Return, word for word, only the lines of the data below that lie between the line with "f 89 90 107" and the line with "f 137 127 154", those two lines included.

(Collected data entries)
[Start of section]
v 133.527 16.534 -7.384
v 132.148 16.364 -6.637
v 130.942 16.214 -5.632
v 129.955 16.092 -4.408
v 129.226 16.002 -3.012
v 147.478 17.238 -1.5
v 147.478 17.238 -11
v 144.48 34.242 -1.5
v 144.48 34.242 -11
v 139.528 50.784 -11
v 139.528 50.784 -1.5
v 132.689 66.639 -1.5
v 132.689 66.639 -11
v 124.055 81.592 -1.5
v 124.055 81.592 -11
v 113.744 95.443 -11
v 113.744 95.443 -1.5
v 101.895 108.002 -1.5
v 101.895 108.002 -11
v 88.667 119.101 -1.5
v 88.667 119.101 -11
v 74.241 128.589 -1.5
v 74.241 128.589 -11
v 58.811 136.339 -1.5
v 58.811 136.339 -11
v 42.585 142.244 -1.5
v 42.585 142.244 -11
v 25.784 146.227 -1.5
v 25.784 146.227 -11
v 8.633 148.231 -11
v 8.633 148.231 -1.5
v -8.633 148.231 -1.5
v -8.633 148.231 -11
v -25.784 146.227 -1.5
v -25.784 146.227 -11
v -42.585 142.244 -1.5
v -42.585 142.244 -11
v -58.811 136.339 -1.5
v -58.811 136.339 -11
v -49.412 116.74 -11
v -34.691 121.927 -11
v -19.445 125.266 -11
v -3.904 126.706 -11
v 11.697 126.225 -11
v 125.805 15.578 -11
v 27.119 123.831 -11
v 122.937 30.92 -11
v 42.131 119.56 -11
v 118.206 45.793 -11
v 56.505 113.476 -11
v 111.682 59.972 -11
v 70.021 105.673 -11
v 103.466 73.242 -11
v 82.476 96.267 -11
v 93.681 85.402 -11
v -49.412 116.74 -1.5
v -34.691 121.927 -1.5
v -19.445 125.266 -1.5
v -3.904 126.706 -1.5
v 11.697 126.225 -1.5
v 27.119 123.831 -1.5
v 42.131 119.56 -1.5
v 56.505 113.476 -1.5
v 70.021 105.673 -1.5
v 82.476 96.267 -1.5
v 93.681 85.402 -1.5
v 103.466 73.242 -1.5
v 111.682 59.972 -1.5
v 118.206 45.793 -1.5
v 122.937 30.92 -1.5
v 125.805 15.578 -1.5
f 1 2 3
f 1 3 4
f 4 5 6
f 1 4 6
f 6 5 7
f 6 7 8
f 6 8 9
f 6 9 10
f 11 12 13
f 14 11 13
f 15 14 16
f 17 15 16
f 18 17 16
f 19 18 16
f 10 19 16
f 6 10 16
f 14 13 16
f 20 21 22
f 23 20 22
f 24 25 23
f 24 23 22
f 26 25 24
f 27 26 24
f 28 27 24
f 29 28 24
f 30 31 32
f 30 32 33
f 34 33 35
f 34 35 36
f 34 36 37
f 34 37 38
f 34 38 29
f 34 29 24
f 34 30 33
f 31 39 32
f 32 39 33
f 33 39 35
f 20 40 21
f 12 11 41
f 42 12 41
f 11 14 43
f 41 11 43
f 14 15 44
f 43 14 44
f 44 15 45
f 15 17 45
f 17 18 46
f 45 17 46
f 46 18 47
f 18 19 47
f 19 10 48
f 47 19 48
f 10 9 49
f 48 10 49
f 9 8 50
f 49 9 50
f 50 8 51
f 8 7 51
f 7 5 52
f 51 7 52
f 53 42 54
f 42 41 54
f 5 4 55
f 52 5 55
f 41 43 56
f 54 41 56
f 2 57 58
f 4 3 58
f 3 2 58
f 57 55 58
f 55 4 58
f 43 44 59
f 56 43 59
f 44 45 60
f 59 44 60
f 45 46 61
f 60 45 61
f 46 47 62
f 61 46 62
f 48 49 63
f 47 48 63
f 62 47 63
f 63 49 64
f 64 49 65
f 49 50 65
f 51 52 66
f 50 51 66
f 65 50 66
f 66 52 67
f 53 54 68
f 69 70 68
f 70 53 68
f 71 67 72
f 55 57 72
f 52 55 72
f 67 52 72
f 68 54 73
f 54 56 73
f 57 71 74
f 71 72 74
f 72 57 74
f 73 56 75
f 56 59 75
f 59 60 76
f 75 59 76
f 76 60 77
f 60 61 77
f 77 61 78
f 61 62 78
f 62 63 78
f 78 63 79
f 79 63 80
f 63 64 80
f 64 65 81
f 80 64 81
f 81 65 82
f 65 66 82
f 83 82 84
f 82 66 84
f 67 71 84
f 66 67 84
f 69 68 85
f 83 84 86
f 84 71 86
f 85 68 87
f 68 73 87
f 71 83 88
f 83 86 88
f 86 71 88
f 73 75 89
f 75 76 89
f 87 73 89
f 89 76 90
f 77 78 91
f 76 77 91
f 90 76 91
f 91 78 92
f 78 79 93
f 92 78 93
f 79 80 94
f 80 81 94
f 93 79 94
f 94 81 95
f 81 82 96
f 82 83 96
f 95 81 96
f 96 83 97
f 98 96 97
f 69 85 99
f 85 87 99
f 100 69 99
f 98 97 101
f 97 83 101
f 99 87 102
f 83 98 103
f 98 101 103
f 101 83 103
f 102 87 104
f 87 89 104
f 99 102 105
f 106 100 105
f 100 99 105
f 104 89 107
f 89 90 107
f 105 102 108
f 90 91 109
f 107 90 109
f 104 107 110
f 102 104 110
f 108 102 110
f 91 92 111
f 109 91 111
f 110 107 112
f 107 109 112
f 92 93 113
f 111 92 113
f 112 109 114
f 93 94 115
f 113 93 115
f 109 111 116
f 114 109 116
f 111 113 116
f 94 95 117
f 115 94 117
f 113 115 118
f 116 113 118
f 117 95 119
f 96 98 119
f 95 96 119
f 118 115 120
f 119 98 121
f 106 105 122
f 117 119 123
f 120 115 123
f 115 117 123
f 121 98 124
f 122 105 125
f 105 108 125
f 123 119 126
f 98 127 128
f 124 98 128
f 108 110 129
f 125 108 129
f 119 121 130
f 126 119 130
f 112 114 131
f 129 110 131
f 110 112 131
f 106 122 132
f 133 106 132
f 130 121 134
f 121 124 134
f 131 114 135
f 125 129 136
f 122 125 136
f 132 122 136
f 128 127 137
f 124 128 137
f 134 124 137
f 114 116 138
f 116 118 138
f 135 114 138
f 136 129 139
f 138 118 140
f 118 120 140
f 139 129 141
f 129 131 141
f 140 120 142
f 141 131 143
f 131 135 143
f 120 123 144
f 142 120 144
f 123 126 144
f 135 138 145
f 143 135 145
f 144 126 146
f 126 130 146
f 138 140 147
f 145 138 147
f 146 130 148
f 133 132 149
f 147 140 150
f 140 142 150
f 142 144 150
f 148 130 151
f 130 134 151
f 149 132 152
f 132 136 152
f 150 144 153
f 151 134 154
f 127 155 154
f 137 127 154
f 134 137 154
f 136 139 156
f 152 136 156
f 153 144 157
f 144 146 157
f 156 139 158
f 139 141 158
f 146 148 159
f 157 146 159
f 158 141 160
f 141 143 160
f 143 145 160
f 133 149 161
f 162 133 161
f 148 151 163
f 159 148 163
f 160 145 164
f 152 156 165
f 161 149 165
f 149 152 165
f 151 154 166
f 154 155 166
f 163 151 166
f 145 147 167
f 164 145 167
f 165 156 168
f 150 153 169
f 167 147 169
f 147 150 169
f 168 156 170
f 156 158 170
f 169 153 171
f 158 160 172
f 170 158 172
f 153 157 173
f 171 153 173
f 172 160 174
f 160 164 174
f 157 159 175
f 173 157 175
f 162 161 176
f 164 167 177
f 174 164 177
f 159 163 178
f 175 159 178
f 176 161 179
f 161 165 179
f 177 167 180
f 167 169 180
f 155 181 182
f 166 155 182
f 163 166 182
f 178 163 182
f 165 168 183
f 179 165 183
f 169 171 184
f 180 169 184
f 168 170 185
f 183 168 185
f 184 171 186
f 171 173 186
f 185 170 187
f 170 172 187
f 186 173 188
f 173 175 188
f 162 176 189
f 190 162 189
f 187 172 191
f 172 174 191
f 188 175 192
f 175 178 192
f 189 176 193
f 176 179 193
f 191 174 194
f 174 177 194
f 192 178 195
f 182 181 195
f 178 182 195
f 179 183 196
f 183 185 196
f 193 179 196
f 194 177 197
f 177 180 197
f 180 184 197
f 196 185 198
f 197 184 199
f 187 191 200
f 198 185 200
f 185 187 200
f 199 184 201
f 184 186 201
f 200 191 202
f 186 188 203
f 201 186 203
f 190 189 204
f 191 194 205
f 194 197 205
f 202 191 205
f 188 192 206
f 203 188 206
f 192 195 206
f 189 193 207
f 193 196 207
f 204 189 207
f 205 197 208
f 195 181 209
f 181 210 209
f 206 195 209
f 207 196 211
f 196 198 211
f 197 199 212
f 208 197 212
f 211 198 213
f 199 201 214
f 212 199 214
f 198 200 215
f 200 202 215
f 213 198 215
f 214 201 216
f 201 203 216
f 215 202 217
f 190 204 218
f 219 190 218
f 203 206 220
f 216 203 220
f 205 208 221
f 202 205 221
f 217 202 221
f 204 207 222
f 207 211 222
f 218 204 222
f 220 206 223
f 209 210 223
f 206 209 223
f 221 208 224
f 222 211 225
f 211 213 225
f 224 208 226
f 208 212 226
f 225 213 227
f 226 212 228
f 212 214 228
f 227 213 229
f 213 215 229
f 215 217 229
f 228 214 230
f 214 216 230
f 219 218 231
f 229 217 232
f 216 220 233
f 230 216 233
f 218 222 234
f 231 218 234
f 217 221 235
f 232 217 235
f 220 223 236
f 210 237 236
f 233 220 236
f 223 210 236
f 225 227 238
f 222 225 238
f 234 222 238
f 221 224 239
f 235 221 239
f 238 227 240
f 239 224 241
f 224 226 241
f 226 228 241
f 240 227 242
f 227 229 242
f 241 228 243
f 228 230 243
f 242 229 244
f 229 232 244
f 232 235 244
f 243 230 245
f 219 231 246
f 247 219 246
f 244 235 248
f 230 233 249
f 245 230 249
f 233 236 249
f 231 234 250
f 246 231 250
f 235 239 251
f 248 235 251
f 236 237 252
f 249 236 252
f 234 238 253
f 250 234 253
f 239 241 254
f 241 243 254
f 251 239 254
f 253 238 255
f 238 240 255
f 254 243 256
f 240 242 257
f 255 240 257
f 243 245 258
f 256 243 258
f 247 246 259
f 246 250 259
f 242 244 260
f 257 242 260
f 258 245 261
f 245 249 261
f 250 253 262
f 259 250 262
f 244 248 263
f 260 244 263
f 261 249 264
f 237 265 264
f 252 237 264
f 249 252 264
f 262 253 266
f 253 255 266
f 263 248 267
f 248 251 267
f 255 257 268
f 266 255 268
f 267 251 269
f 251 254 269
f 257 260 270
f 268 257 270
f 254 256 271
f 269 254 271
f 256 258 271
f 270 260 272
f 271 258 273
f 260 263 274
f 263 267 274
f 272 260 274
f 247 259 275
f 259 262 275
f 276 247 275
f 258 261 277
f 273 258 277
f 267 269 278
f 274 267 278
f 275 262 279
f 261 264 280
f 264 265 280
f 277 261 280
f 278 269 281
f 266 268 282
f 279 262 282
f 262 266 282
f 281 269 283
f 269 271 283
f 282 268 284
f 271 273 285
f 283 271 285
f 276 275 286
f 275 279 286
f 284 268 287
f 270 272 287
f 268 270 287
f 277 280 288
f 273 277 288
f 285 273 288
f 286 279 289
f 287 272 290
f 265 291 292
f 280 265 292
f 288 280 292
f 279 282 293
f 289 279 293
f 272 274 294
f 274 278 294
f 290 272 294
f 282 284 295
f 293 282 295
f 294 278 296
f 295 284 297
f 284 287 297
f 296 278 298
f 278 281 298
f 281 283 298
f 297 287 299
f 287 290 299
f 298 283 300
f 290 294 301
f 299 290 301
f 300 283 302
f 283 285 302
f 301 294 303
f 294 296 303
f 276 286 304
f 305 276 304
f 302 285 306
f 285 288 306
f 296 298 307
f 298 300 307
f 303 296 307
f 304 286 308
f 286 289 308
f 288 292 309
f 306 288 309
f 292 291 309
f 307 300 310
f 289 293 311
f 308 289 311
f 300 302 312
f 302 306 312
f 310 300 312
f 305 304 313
[End of section]
* REPLY
f 89 90 107
f 105 102 108
f 90 91 109
f 107 90 109
f 104 107 110
f 102 104 110
f 108 102 110
f 91 92 111
f 109 91 111
f 110 107 112
f 107 109 112
f 92 93 113
f 111 92 113
f 112 109 114
f 93 94 115
f 113 93 115
f 109 111 116
f 114 109 116
f 111 113 116
f 94 95 117
f 115 94 117
f 113 115 118
f 116 113 118
f 117 95 119
f 96 98 119
f 95 96 119
f 118 115 120
f 119 98 121
f 106 105 122
f 117 119 123
f 120 115 123
f 115 117 123
f 121 98 124
f 122 105 125
f 105 108 125
f 123 119 126
f 98 127 128
f 124 98 128
f 108 110 129
f 125 108 129
f 119 121 130
f 126 119 130
f 112 114 131
f 129 110 131
f 110 112 131
f 106 122 132
f 133 106 132
f 130 121 134
f 121 124 134
f 131 114 135
f 125 129 136
f 122 125 136
f 132 122 136
f 128 127 137
f 124 128 137
f 134 124 137
f 114 116 138
f 116 118 138
f 135 114 138
f 136 129 139
f 138 118 140
f 118 120 140
f 139 129 141
f 129 131 141
f 140 120 142
f 141 131 143
f 131 135 143
f 120 123 144
f 142 120 144
f 123 126 144
f 135 138 145
f 143 135 145
f 144 126 146
f 126 130 146
f 138 140 147
f 145 138 147
f 146 130 148
f 133 132 149
f 147 140 150
f 140 142 150
f 142 144 150
f 148 130 151
f 130 134 151
f 149 132 152
f 132 136 152
f 150 144 153
f 151 134 154
f 127 155 154
f 137 127 154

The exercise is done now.